The two horizontal bar graphs presented in this figure show the number of researchers in 2007 per 1,000 total employment and the growth of business researchers from 1997 to 2007.

The first horizontal bar graph compares the number of researchers in business enterprises and government and higher education in 2007 per 1,000 total employment in 28 countries. Finland ranked first with about nine business enterprise researchers and about seven researchers in government and higher education. Canada ranked twelfth with five business enterprise researchers and three researchers in government and higher education. The average for Organisation for Economic Co-operation and Development countries in 2006 (instead of 2007) ranked fourteenth with about five business enterprise researchers and two researchers in government and higher education. Mexico ranked last with about one business enterprise researcher and one researcher in government and higher education.
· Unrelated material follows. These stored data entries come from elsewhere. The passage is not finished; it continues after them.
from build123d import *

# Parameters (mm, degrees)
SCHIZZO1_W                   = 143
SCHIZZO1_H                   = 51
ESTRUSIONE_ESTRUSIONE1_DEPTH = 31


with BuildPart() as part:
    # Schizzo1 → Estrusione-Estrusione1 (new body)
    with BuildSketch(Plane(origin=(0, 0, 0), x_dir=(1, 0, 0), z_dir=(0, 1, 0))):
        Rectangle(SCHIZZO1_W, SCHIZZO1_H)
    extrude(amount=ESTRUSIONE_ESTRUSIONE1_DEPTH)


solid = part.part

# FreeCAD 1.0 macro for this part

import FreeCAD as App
import Part
import Sketcher
Q = App.Units.Quantity


def add_polygon(sketch, points):
    """Adds a closed chain of lines whose ends are joined by coincident constraints."""
    first, n = sketch.GeometryCount, len(points)
    for a, b in zip(points, points[1:] + points[:1]):
        sketch.addGeometry(Part.LineSegment(App.Vector(*a, 0), App.Vector(*b, 0)), False)
    for i in range(n):
        sketch.addConstraint(Sketcher.Constraint("Coincident", first + i, 2, first + (i + 1) % n, 1))

doc = App.newDocument("Part")
body = doc.addObject("PartDesign::Body", "Body")

sketch1 = body.newObject("Sketcher::SketchObject", "Sketch")
sketch1.AttachmentSupport = (doc.getObject("XZ_Plane"), [""])
sketch1.MapMode = "FlatFace"
add_polygon(sketch1, [(-72, -26), (-72, 26), (72, 26), (72, -26)])
sketch1.addConstraint([
    Sketcher.Constraint("Vertical", 0),
    Sketcher.Constraint("Horizontal", 1),
    Sketcher.Constraint("Vertical", 2),
    Sketcher.Constraint("Horizontal", 3),
    Sketcher.Constraint("Symmetric", 0, 2, 2, 2, -1, 1),
    Sketcher.Constraint("DistanceX", 1, 1, 1, 2, Q("143 mm")),
    Sketcher.Constraint("DistanceY", 0, 1, 0, 2, Q("51 mm")),
])
pad1 = body.newObject("PartDesign::Pad", "Pad")
pad1.Profile = sketch1
pad1.Length = 31
pad1.Reversed = True

doc.recompute()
The second horizontal bar graph compares the growth in business researchers from 1997 to 2007 in 27 countries. Portugal ranked first with an average annual growth rate of about 23 percent, followed by South Africa at 19 percent (2001-2005) and Turkey at 17 percent. Canada's average annual growth rate from 1997 to 2005 was 5.9 percent, which was higher than the Organisation for Economic Co-operation and Development average (1997-2006) at around 3 percent. The Russian Federation ranked last with an average annual growth rate of -3 percent.

Source: OECD (2009), Science, Technology and Industry Scoreboard 2009, p. 41.
Researchers, 2007 and Growth of Business Researchers, 1997-2007.